Metabolism and pharmacokinetics of EAPB0203 and EAPB0503, two imidazoquinoxaline compounds previously shown to have antitumoral activity on melanoma and T-lymphomas.

For several years, our group has been developing quinoxalinic compounds. Two of them, N-methyl-1-(2-phenethyl)imidazo[1,2-a]quinoxalin-4-amine (EAPB0203) and 1-(3-methoxyphenyl)-N-methylimidazo[1,2-a]quinoxalin-4-amine (EAPB0503), have emerged as the most promising anticancer drugs. In the present work, we determined metabolism pathways using liver microsomes from four mammalian species including human. We identified the cytochrome P450 isoform(s) involved in the metabolism and then investigated the pharmacokinetics and metabolism of EAPB0203 and EAPB0503 in rat after intravenous and intraperitoneal administration. Biotransformation of the compounds involved demethylation and hydroxylation reactions. Rat and dog metabolized the compounds at a higher rate than mouse and human. In all species, CYP1A1/2 and CYP3A isoforms were the predominant enzymes responsible for the metabolism. From human liver microsomes, unbound intrinsic clearances were approximately 56 ml/(min · g) protein. EAPB0203 and EAPB0503 were extensively bound to human plasma proteins, mainly human serum albumin (HSA) (∼98-99.5%). Thus, HSA could act as carrier of these compounds in human plasma. Scatchard plots showed patterns in which the plots yielded upwardly convex hyperbolic curves. On the basis of the Hill coefficients, there appears to be interaction between the binding sites of HSA, suggesting positive cooperativity. The main in vitro metabolites were identified in vivo. Total clearances of EAPB0203 and EAPB0503 [3.2 and 2.2 l/(h · kg), respectively] were notably lower than the typical cardiac plasma output in rat. The large volumes of distribution of these compounds (4.3 l/kg for EAPB0203 and 2.5 l/kg for EAPB0503) were consistent with extensive tissue binding. After intraperitoneal administration, bioavailability was 22.7% for EAPB0203 and 35% for EAPB0503 and a significant hepatic first-pass effect occurred.

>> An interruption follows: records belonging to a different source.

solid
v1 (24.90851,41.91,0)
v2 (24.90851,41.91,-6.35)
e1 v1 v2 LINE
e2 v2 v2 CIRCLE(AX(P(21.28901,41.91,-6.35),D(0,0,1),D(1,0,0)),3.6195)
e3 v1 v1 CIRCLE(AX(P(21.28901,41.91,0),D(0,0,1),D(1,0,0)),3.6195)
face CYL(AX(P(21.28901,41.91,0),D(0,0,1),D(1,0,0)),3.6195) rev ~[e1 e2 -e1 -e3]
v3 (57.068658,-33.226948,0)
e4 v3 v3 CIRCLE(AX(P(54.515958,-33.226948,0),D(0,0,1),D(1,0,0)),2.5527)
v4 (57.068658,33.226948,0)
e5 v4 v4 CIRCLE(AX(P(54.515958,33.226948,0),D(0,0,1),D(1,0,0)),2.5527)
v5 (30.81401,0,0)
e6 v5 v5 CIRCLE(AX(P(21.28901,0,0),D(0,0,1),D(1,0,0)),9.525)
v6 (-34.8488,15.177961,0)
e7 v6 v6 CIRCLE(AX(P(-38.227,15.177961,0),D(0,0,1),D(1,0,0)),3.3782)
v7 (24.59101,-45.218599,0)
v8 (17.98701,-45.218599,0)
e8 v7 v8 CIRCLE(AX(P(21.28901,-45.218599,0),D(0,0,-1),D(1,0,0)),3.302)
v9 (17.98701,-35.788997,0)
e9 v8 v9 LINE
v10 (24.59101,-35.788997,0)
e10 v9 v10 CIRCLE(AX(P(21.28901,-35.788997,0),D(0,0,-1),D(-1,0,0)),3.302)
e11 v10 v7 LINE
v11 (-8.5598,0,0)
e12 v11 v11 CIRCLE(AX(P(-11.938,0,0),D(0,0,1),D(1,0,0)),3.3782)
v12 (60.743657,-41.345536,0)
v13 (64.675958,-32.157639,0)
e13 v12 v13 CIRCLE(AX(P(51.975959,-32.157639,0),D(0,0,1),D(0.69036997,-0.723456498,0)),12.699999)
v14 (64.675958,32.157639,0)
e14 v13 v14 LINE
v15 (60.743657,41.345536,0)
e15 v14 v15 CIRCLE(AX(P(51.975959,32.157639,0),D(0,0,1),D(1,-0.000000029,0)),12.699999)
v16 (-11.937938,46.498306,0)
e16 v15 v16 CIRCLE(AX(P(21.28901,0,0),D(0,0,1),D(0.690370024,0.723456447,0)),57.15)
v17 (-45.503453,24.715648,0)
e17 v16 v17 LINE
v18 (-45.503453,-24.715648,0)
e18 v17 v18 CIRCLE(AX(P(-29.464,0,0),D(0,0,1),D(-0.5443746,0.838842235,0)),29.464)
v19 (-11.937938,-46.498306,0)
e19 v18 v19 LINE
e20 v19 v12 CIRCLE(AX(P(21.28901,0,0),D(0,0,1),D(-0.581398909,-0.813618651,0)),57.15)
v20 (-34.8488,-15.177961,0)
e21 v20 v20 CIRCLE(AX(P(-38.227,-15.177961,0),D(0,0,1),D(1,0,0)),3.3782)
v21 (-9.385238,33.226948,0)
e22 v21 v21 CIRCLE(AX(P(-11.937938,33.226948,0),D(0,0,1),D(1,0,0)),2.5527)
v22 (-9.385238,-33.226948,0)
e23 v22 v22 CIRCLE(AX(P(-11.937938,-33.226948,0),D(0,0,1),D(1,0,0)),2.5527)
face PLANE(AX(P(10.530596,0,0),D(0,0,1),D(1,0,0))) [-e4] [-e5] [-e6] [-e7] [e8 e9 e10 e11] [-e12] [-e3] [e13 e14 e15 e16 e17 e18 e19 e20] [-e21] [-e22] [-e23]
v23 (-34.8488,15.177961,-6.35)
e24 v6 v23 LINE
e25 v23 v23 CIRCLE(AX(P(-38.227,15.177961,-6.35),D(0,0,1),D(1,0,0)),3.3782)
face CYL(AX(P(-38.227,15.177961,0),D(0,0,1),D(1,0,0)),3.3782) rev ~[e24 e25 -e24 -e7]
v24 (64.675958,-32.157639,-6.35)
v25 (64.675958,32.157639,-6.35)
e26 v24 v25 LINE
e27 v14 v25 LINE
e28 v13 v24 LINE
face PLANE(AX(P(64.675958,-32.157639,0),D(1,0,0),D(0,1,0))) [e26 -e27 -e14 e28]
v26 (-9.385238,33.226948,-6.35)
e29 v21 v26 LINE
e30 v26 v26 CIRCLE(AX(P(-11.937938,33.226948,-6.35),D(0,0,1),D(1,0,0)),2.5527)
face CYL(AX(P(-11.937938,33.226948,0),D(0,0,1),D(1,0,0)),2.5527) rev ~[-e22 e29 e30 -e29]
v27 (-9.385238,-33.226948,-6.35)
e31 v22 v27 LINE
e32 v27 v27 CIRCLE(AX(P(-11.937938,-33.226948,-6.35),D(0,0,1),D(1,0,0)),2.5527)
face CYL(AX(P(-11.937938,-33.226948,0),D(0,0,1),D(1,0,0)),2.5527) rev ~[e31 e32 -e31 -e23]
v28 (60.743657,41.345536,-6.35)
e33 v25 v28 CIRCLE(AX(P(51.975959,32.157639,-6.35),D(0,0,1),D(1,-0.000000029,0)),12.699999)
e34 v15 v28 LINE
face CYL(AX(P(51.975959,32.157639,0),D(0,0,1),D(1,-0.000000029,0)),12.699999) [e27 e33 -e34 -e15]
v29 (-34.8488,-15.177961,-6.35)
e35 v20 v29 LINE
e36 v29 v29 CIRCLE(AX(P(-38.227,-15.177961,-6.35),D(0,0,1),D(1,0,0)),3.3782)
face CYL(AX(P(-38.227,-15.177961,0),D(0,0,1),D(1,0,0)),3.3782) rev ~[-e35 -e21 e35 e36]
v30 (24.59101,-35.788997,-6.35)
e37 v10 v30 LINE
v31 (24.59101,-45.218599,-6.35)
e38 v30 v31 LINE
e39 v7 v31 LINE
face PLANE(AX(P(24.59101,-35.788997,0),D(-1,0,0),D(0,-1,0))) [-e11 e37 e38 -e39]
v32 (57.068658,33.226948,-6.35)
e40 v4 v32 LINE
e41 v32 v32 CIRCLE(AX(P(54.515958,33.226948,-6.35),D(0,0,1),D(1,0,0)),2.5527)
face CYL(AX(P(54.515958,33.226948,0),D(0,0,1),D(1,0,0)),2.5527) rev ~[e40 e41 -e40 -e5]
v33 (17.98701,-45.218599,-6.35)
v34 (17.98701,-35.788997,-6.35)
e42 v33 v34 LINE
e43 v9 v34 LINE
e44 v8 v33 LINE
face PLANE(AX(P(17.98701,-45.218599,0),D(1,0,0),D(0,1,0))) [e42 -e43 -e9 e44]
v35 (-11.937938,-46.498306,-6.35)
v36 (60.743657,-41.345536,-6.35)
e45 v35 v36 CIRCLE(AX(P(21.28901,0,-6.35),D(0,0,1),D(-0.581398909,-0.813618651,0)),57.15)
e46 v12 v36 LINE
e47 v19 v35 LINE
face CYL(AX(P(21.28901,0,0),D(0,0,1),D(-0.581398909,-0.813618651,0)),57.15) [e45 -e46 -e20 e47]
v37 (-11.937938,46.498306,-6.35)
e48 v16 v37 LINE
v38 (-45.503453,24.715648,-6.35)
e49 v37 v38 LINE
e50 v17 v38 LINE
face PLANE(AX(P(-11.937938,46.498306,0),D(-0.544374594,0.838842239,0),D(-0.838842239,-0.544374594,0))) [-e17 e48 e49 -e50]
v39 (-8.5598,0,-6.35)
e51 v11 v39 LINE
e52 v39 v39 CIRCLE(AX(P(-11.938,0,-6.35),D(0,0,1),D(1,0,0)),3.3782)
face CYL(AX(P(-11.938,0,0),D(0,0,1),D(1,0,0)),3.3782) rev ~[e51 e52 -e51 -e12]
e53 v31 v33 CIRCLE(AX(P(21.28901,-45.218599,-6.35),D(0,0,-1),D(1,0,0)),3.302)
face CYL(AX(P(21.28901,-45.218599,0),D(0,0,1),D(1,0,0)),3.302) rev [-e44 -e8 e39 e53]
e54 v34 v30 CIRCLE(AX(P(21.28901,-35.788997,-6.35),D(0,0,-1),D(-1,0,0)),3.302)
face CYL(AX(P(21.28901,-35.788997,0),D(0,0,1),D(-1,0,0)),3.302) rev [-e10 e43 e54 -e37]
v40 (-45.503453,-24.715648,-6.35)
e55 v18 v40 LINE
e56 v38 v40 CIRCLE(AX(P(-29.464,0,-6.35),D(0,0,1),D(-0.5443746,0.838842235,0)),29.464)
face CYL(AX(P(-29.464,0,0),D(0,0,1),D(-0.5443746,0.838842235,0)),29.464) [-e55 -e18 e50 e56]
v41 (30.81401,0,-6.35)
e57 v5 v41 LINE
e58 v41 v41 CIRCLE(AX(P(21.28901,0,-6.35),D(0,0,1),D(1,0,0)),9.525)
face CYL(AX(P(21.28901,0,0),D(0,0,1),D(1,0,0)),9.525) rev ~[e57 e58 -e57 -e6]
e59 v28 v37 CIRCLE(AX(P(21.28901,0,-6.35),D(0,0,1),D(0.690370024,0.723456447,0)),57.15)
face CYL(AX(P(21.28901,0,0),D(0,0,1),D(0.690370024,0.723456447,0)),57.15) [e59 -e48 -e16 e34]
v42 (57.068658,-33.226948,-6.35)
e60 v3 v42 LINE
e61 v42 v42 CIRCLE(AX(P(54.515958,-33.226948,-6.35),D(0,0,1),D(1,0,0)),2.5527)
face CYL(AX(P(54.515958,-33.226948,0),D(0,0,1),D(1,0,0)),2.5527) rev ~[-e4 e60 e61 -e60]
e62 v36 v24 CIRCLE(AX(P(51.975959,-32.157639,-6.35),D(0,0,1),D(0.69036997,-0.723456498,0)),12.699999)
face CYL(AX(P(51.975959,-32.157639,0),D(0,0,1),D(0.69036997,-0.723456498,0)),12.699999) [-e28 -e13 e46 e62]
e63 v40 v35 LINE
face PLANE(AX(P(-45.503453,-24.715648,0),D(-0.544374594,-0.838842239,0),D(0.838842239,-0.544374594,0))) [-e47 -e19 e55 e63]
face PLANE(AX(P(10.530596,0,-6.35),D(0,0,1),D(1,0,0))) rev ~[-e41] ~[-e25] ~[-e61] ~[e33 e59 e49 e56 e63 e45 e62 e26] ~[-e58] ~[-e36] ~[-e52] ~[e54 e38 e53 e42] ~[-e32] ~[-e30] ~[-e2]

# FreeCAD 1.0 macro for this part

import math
import FreeCAD as App
import Part
import Sketcher
from FreeCAD import Vector
Q = App.Units.Quantity

doc = App.newDocument("Part")
body = doc.addObject("PartDesign::Body", "Body")

# Sketch on XY plane
sketch1 = body.newObject("Sketcher::SketchObject", "Sketch")
sketch1.AttachmentSupport = (doc.getObject("XY_Plane"), [""])
sketch1.MapMode = "FlatFace"
sketch1.addGeometry(Part.ArcOfCircle(Part.Circle(Vector(52, 32.2, 0), Vector(0, 0, 1), 12.7), math.radians(0), math.radians(46)), False)
sketch1.addGeometry(Part.ArcOfCircle(Part.Circle(Vector(21.3, 0, 0), Vector(0, 0, 1), 57.2), math.radians(46), math.radians(126)), False)
sketch1.addGeometry(Part.LineSegment(Vector(-11.9, 46.5, 0), Vector(-45.5, 24.7, 0)), False)
sketch1.addGeometry(Part.ArcOfCircle(Part.Circle(Vector(-29.5, 0, 0), Vector(0, 0, 1), 29.5), math.radians(123), math.radians(237)), False)
sketch1.addGeometry(Part.LineSegment(Vector(-45.5, -24.7, 0), Vector(-11.9, -46.5, 0)), False)
sketch1.addGeometry(Part.ArcOfCircle(Part.Circle(Vector(21.3, 0, 0), Vector(0, 0, 1), 57.2), math.radians(-126), math.radians(-46)), False)
sketch1.addGeometry(Part.ArcOfCircle(Part.Circle(Vector(52, -32.2, 0), Vector(0, 0, 1), 12.7), math.radians(-46), math.radians(0)), False)
sketch1.addGeometry(Part.LineSegment(Vector(64.7, -32.2, 0), Vector(64.7, 32.2, 0)), False)
sketch1.addGeometry(Part.Circle(Vector(-11.9, -33.2, 0), Vector(0, 0, 1), 2.6), False)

Structural characterization of in vitro metabolites of the new anticancer agent EAPB0503 by liquid chromatography-tandem mass spectrometry.

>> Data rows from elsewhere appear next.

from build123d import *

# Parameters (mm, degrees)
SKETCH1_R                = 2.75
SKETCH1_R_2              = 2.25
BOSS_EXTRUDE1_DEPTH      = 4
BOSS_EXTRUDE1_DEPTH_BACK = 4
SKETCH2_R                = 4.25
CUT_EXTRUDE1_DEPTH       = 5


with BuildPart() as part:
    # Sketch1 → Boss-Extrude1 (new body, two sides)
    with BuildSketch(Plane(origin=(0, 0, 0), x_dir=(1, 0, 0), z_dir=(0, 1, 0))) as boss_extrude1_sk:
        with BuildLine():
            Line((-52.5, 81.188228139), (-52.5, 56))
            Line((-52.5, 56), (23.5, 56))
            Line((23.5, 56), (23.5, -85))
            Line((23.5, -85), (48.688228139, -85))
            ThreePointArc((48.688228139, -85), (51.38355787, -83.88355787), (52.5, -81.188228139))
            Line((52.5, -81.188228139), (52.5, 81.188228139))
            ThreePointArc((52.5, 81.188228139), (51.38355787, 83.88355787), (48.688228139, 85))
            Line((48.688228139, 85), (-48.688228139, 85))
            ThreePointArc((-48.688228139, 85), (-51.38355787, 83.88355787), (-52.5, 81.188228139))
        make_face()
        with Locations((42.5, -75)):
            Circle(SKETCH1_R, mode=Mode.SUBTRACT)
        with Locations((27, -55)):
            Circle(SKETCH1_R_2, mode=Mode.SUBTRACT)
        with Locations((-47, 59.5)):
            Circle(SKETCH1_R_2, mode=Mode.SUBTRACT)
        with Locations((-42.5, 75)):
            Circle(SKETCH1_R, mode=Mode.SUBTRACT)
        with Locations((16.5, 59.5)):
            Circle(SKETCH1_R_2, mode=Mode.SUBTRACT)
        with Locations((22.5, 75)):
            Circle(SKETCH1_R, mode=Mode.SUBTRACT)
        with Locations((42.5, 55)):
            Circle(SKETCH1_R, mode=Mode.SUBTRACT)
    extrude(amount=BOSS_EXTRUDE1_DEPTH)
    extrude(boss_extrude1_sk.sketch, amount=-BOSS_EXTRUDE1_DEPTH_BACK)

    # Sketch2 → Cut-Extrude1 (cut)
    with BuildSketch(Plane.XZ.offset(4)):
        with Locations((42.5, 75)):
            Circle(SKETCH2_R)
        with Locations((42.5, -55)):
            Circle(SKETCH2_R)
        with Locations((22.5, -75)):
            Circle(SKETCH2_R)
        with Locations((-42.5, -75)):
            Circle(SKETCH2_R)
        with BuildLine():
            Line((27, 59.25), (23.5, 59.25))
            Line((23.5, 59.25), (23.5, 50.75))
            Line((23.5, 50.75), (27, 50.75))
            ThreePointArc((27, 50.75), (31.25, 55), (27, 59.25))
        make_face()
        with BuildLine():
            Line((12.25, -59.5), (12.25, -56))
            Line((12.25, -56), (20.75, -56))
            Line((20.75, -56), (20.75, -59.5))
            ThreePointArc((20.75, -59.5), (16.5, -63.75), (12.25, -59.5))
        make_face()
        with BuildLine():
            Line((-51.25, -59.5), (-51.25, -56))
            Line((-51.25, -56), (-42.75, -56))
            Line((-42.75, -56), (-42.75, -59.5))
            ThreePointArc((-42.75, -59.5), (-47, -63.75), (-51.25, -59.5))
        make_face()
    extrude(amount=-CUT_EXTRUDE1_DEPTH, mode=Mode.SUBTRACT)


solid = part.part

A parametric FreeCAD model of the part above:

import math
import FreeCAD as App
import Part
import Sketcher
Q = App.Units.Quantity

doc = App.newDocument("Part")
body = doc.addObject("PartDesign::Body", "Body")

sketch1 = body.newObject("Sketcher::SketchObject", "Sketch")
sketch1.AttachmentSupport = (doc.getObject("XZ_Plane"), [""])
sketch1.MapMode = "FlatFace"
sketch1.addGeometry([
    Part.LineSegment(App.Vector(-52.5, -81.188228, 0), App.Vector(-52.5, -56, 0)),
    Part.LineSegment(App.Vector(-52.5, -56, 0), App.Vector(23.5, -56, 0)),
    Part.LineSegment(App.Vector(23.5, -56, 0), App.Vector(23.5, 85, 0)),
    Part.LineSegment(App.Vector(23.5, 85, 0), App.Vector(48.688228, 85, 0)),
    Part.ArcOfCircle(Part.Circle(App.Vector(48.688228, 81.188228, 0), App.Vector(0, 0, 1), 3.811772), math.radians(0), math.radians(90)),
    Part.LineSegment(App.Vector(52.5, 81.188228, 0), App.Vector(52.5, -81.188228, 0)),
    Part.ArcOfCircle(Part.Circle(App.Vector(48.688228, -81.188228, 0), App.Vector(0, 0, 1), 3.811772), math.radians(-90), math.radians(0)),
    Part.LineSegment(App.Vector(48.688228, -85, 0), App.Vector(-48.688228, -85, 0)),
    Part.ArcOfCircle(Part.Circle(App.Vector(-48.688228, -81.188228, 0), App.Vector(0, 0, 1), 3.811772), math.radians(-180), math.radians(-90)),
    Part.Circle(App.Vector(42.5, 75, 0), App.Vector(0, 0, 1), 2.75),
    Part.Circle(App.Vector(27, 55, 0), App.Vector(0, 0, 1), 2.25),
    Part.Circle(App.Vector(-47, -59.5, 0), App.Vector(0, 0, 1), 2.25),
    Part.Circle(App.Vector(-42.5, -75, 0), App.Vector(0, 0, 1), 2.75),
    Part.Circle(App.Vector(16.5, -59.5, 0), App.Vector(0, 0, 1), 2.25),
    Part.Circle(App.Vector(42.5, -55, 0), App.Vector(0, 0, 1), 2.75),
    Part.Circle(App.Vector(22.5, -75, 0), App.Vector(0, 0, 1), 2.75),
], False)
sketch1.addConstraint([
    Sketcher.Constraint("Coincident", 0, 2, 1, 1),
    Sketcher.Constraint("Coincident", 1, 2, 2, 1),
    Sketcher.Constraint("Coincident", 2, 2, 3, 1),
    Sketcher.Constraint("Tangent", 3, 2, 4, 2),
    Sketcher.Constraint("Tangent", 4, 1, 5, 1),
    Sketcher.Constraint("Tangent", 5, 2, 6, 2),
    Sketcher.Constraint("Tangent", 6, 1, 7, 1),
    Sketcher.Constraint("Tangent", 7, 2, 8, 2),
    Sketcher.Constraint("Tangent", 8, 1, 0, 1),
    Sketcher.Constraint("Vertical", 0),
    Sketcher.Constraint("Horizontal", 1),
    Sketcher.Constraint("Vertical", 2),
    Sketcher.Constraint("Horizontal", 3),
    Sketcher.Constraint("Vertical", 5),
    Sketcher.Constraint("Horizontal", 7),
    Sketcher.Constraint("Equal", 4, 6),
    Sketcher.Constraint("Equal", 6, 8),
    Sketcher.Constraint("Equal", 10, 11),
    Sketcher.Constraint("Equal", 9, 12),
    Sketcher.Constraint("Equal", 11, 13),
    Sketcher.Constraint("Equal", 12, 14),
    Sketcher.Constraint("Equal", 14, 15),
    Sketcher.Constraint("Symmetric", 4, 3, 8, 3, -1, 1),
    Sketcher.Constraint("Symmetric", 9, 3, 12, 3, -1, 1),
    Sketcher.Constraint("Horizontal", 11, 3, 13, 3),
    Sketcher.Constraint("Horizontal", 12, 3, 15, 3),
    Sketcher.Constraint("Vertical", 9, 3, 14, 3),
    Sketcher.Constraint("Equal", 3, 0),
    Sketcher.Constraint("Diameter", 9, Q("5.5 mm")),
    Sketcher.Constraint("Diameter", 10, Q("4.5 mm")),
    Sketcher.Constraint("DistanceX", 1, 1, 1, 2, Q("76 mm")),
    Sketcher.Constraint("DistanceY", 2, 1, 2, 2, Q("141 mm")),
    Sketcher.Constraint("DistanceY", -1, 1, 9, 3, Q("75 mm")),
    Sketcher.Constraint("DistanceX", -1, 1, 10, 3, Q("27 mm")),
    Sketcher.Constraint("DistanceY", -1, 1, 10, 3, Q("55 mm")),
    Sketcher.Constraint("DistanceX", 11, 3, -1, 1, Q("47 mm")),
    Sketcher.Constraint("DistanceY", 14, 3, -1, 1, Q("55 mm")),
    Sketcher.Constraint("DistanceY", 0, 2, -1, 1, Q("56 mm")),
    Sketcher.Constraint("DistanceX", 12, 3, 9, 3, Q("85 mm")),
    Sketcher.Constraint("DistanceX", 12, 3, 13, 3, Q("59 mm")),
    Sketcher.Constraint("DistanceX", 13, 3, 15, 3, Q("6 mm")),
    Sketcher.Constraint("DistanceY", 11, 3, -1, 1, Q("59.5 mm")),
    Sketcher.Constraint("Radius", 4, Q("3.811772 mm")),
])
pad1 = body.newObject("PartDesign::Pad", "Pad")
pad1.Profile = sketch1
pad1.Type = "TwoLengths"
pad1.Length = 4
pad1.Length2 = 4
pad1.Reversed = True

sketch2 = body.newObject("Sketcher::SketchObject", "Sketch001")
sketch2.AttachmentSupport = (doc.getObject("XZ_Plane"), [""])
sketch2.MapMode = "FlatFace"
sketch2.AttachmentOffset = App.Placement(App.Vector(0, 0, 4), App.Rotation())
sketch2.addGeometry([
    Part.Circle(App.Vector(42.5, 75, 0), App.Vector(0, 0, 1), 4.25),
    Part.Circle(App.Vector(42.5, -55, 0), App.Vector(0, 0, 1), 4.25),
    Part.Circle(App.Vector(22.5, -75, 0), App.Vector(0, 0, 1), 4.25),
    Part.Circle(App.Vector(-42.5, -75, 0), App.Vector(0, 0, 1), 4.25),
    Part.LineSegment(App.Vector(27, 59.25, 0), App.Vector(23.5, 59.25, 0)),
    Part.LineSegment(App.Vector(23.5, 59.25, 0), App.Vector(23.5, 50.75, 0)),
    Part.LineSegment(App.Vector(23.5, 50.75, 0), App.Vector(27, 50.75, 0)),
    Part.ArcOfCircle(Part.Circle(App.Vector(27, 55, 0), App.Vector(0, 0, 1), 4.25), math.radians(-90), math.radians(90)),
    Part.LineSegment(App.Vector(12.25, -56, 0), App.Vector(12.25, -59.5, 0)),
    Part.ArcOfCircle(Part.Circle(App.Vector(16.5, -59.5, 0), App.Vector(0, 0, 1), 4.25), math.radians(180), math.radians(360)),
    Part.LineSegment(App.Vector(20.75, -59.5, 0), App.Vector(20.75, -56, 0)),
    Part.LineSegment(App.Vector(20.75, -56, 0), App.Vector(12.25, -56, 0)),
    Part.LineSegment(App.Vector(-51.25, -56, 0), App.Vector(-51.25, -59.5, 0)),
    Part.ArcOfCircle(Part.Circle(App.Vector(-47, -59.5, 0), App.Vector(0, 0, 1), 4.25), math.radians(180), math.radians(360)),
    Part.LineSegment(App.Vector(-42.75, -59.5, 0), App.Vector(-42.75, -56, 0)),
    Part.LineSegment(App.Vector(-42.75, -56, 0), App.Vector(-51.25, -56, 0)),
], False)
sketch2.addConstraint([
    Sketcher.Constraint("Coincident", 4, 2, 5, 1),
    Sketcher.Constraint("Coincident", 5, 2, 6, 1),
    Sketcher.Constraint("Tangent", 6, 2, 7, 1),
    Sketcher.Constraint("Tangent", 7, 2, 4, 1),
    Sketcher.Constraint("Tangent", 8, 2, 9, 1),
    Sketcher.Constraint("Tangent", 9, 2, 10, 1),
    Sketcher.Constraint("Coincident", 10, 2, 11, 1),
    Sketcher.Constraint("Coincident", 11, 2, 8, 1),
    Sketcher.Constraint("Tangent", 12, 2, 13, 1),
    Sketcher.Constraint("Tangent", 13, 2, 14, 1),
    Sketcher.Constraint("Coincident", 14, 2, 15, 1),
    Sketcher.Constraint("Coincident", 15, 2, 12, 1),
    Sketcher.Constraint("Horizontal", 4),
    Sketcher.Constraint("Vertical", 5),
    Sketcher.Constraint("Horizontal", 6),
    Sketcher.Constraint("Vertical", 8),
    Sketcher.Constraint("Vertical", 10),
    Sketcher.Constraint("Horizontal", 11),
    Sketcher.Constraint("Vertical", 12),
    Sketcher.Constraint("Vertical", 14),
    Sketcher.Constraint("Horizontal", 15),
    Sketcher.Constraint("Equal", 0, 1),
    Sketcher.Constraint("Equal", 1, 2),
    Sketcher.Constraint("Equal", 2, 3),
    Sketcher.Constraint("Equal", 3, 7),
    Sketcher.Constraint("Equal", 7, 9),
    Sketcher.Constraint("Equal", 9, 13),
    Sketcher.Constraint("Symmetric", 0, 3, 3, 3, -1, 1),
    Sketcher.Constraint("Horizontal", 2, 3, 3, 3),
    Sketcher.Constraint("Horizontal", 9, 3, 13, 3),
    Sketcher.Constraint("Horizontal", 11, 2, 14, 2),
    Sketcher.Constraint("Vertical", 0, 3, 1, 3),
    Sketcher.Constraint("Equal", 6, 8),
    Sketcher.Constraint("Diameter", 0, Q("8.5 mm")),
    Sketcher.Constraint("DistanceX", 4, 2, 4, 1, Q("3.5 mm")),
    Sketcher.Constraint("DistanceY", -1, 1, 0, 3, Q("75 mm")),
    Sketcher.Constraint("DistanceY", 1, 3, -1, 1, Q("55 mm")),
    Sketcher.Constraint("DistanceX", -1, 1, 7, 3, Q("27 mm")),
    Sketcher.Constraint("DistanceY", -1, 1, 7, 3, Q("55 mm")),
    Sketcher.Constraint("DistanceX", 13, 3, -1, 1, Q("47 mm")),
    Sketcher.Constraint("DistanceY", 10, 2, -1, 1, Q("56 mm")),
    Sketcher.Constraint("DistanceX", 2, 3, 1, 3, Q("20 mm")),
    Sketcher.Constraint("DistanceX", 3, 3, 2, 3, Q("65 mm")),
    Sketcher.Constraint("DistanceX", 9, 3, 2, 3, Q("6 mm")),
])
pocket1 = body.newObject("PartDesign::Pocket", "Pocket")
pocket1.Profile = sketch2
pocket1.Length = 5

doc.recompute()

EAPB0503, belonging to the imidazo[1,2-a]quinoxaline series, is an anticancer drug with antitumoral activity against a variety of tumors. Previous studies have shown that this drug undergoes demethylation and oxygenation reactions. In this paper, liquid chromatography-electrospray ionization-tandem mass spectrometry (LC-ESI-MS/MS) was employed to assess the structures of unknown oxygenated metabolites of EAPB0503. EAPB0503 and its identified demethylated metabolites, EAPB0502 and EAPB0603, were incubated with human, rat, dog and mouse liver microsomes, as well as human, rat and dog hepatocytes. After separation on a C8 analytical column with a gradient elution of acetonitrile-formate buffer, positive ESI-MS/MS experiments were performed. To facilitate metabolite identification, the detailed fragmentation pathways of the parent compounds were first studied using high-resolution MS/MS. Additional hydrogen/deuterium exchange LC-MS/MS experiments were used to support the identification and structural characterization of metabolites. Four hydroxylated metabolites were identified: M'4 and its demethylated derivative M'1 (OH in ortho position on the phenyl substituent in position 1), and M'6 and its demethylated derivative M'3 (OH on the imidazole ring at the C2 position). Three phase II metabolites (Met A, EAPB0602 glucuronide; Met B, M'4 glucuronide; Met C, EAPB0603 glucuronide) were also evidenced. Elucidation of the metabolite structures was performed by comparing the chromatographic behaviors (changes in retention times), by measuring the molecular masses (mass increment), by studying the MS(2) spectral patterns of metabolites with those of parent drugs and for M'1 and M'4 by co-analysis with synthetic standards. The results of the present study provided important structural information relating to the metabolism of EAPB0503.